Korkut Camii: Kesik Minare, Cumanun Camii, Cihannüma Camii ve Cami-i Kebir de denilir. Beşinci asırda Panaghia Kilisesi olarak yapılmıştır. Sultan İkinci Bayezid’in oğlu Sultan Korkut tarafından camiye çevrilmiştir. 1869’da bir yangın sonucu yıkılmıştır.

Mehmed Paşa Camii: 1593-1607 tarihleri arasında Tekeli Mehmed Paşa tarafından yaptırılmıştır. Duvarlar küfeki taşındandır. Üç kapısı vardır. 1866 ve 1926 yıllarında iki defa tamir görmüştür.

Emir Bedreddin Camii: Selçuklu devrine ait ahşap bir camidir. Andızlı Camii de denir. Alanya’dadır.

Müsellim Camii: 1796’da Hacı Osmanoğlu Hacı Mehmed Ağa tarafından yaptırılmıştır.
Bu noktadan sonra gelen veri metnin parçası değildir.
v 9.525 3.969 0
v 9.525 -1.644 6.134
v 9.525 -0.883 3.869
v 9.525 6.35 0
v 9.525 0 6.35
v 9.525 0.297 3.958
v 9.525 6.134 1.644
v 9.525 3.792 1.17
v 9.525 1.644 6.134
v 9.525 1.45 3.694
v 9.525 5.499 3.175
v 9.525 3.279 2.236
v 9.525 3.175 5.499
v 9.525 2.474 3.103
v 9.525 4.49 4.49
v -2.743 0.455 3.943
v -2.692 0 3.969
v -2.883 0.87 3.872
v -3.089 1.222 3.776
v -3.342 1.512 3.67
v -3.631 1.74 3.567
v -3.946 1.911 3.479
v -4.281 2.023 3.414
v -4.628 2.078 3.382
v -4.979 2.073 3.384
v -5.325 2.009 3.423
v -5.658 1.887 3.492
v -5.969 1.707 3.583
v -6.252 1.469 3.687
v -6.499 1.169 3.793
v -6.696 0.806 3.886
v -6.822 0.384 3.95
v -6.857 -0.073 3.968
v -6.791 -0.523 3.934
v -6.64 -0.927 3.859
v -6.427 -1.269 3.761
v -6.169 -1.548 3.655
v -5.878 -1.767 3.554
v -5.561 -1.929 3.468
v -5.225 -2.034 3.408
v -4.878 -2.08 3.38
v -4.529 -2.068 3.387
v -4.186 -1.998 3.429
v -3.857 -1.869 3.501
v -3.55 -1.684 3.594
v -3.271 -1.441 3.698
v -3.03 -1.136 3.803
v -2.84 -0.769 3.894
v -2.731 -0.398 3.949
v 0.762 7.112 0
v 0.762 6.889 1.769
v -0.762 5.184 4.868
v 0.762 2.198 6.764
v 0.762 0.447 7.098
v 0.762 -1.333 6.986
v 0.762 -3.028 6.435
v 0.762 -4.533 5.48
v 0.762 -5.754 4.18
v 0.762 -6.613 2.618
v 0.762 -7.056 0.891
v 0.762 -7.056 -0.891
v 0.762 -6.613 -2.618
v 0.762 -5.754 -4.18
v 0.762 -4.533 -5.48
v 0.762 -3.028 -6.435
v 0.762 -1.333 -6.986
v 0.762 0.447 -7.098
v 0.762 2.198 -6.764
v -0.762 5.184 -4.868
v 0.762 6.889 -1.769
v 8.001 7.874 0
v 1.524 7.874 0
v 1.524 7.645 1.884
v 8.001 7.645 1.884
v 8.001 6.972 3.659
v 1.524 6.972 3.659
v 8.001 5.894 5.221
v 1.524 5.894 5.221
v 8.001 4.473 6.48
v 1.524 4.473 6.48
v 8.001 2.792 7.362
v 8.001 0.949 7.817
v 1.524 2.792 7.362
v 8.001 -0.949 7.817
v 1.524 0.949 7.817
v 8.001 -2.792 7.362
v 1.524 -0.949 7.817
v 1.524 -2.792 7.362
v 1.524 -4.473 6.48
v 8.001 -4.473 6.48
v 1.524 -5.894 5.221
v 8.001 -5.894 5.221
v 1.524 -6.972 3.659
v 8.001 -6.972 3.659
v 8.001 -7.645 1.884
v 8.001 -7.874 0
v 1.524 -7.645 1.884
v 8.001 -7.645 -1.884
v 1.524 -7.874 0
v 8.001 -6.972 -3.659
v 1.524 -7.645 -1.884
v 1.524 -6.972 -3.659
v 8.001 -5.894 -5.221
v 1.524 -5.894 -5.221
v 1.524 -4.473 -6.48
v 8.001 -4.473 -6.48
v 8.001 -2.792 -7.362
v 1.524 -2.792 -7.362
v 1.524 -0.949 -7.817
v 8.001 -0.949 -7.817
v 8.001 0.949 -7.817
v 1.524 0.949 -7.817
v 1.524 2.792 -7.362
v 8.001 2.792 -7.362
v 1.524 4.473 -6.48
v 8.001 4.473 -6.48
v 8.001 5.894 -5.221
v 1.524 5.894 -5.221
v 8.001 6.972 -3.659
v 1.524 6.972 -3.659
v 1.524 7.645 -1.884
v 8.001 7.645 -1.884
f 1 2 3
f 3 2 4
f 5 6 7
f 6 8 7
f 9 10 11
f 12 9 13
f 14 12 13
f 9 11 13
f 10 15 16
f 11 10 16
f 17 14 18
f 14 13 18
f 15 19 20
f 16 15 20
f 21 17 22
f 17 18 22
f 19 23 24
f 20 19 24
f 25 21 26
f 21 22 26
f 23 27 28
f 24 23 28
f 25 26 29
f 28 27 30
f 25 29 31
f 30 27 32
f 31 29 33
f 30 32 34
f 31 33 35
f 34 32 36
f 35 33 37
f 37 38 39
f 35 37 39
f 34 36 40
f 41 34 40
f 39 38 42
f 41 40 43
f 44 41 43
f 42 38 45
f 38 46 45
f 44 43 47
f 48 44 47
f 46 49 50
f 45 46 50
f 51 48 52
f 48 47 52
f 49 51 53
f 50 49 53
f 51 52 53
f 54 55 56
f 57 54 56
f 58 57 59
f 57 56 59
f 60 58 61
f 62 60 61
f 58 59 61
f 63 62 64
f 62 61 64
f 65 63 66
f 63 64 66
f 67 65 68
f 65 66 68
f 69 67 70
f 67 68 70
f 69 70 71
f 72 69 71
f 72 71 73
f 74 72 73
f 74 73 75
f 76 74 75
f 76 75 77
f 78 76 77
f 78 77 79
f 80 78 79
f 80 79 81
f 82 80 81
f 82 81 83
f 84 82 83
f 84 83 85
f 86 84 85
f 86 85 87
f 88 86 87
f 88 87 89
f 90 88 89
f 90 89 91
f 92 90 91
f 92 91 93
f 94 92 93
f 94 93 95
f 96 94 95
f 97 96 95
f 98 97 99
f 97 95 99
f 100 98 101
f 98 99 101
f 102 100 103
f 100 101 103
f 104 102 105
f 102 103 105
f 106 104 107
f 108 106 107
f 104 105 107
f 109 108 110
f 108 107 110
Caminin dış pencere alınlıkları ile içte kubbe kasnağına kadar olan bölüm mavi-beyaz Kütahya çinileriyle, mihrabı yeşil sırlı çinilerle kaplıdır.

Murad Paşa Camii: 1570’te Kuyucu Murad Paşa tarafından yaptırılmıştır. Minaresi iki şerefelidir. Yan duvarları İznik çinileriyle süslüdür.

Ömer Paşa Camii: Elmalı ilçesindedir. Kitapçı Ömer Paşa tarafından 1608’de yaptırılmıştır. 1870 ve 1955’te tamir görmüştür.

Kale Camii: Alanya’da Sultan Alaeddin Keykubad zamanında yapılmıştır. 1530-1566 seneleri arasında eski temeller üzerinde Kanuni Sultan Süleyman tarafından yeniden yapıldığı için Sultan Süleyman Camii ismi ile de anılır.

Karatay Medresesi: 1250’de Celaleddin Karatay tarafından yaptırılmıştır. Yapı, mihrabı sebebiyle Karatay Camii ayrıca Darüssüleha isimleri ile de anılır.

Ulu Cami Medresesi: Kimin tarafından ve ne zaman yapıldığı bilinmemektedir. Halk arasında imaret olarak bilinir.

Atabey Armağan Medresesi: 1239’da Atabey Armağan tarafından yaptırılmıştır. Günümüzde sadece girişin alt bölümü kalmıştır.

Emir Sinaneddin Medresesi: 1319’da Hamidoğullarından Emir Sinaneddin tarafından Korkuteli yakınlarında yaptırılmıştır. Kesme taştan ve iki katlıdır.

Şadırvanlı Medrese: Elmalı’da olup, on dokuzuncu asır başlarında yapılmıştır. Günümüzde kütüphane olarak kullanılmaktadır.

Evdir Han: Korkuteli yakınında, Selçuklu Sultanı Birinci İzzeddin Keykavus tarafından yaptırılmıştır.

Alara Han: Alanya-Konya karayolu üzerinde Selçuklu devrinin en güzel kervansaraylarındandır. 1231’de Alaeddin Keykubad tarafından yaptırılmıştır.

Kırkgöz Han: Sultan İkinci Gıyaseddin Keyhüsrev tarafından yaptırılmıştır. Antalya-Burdur yolu üzerindedir.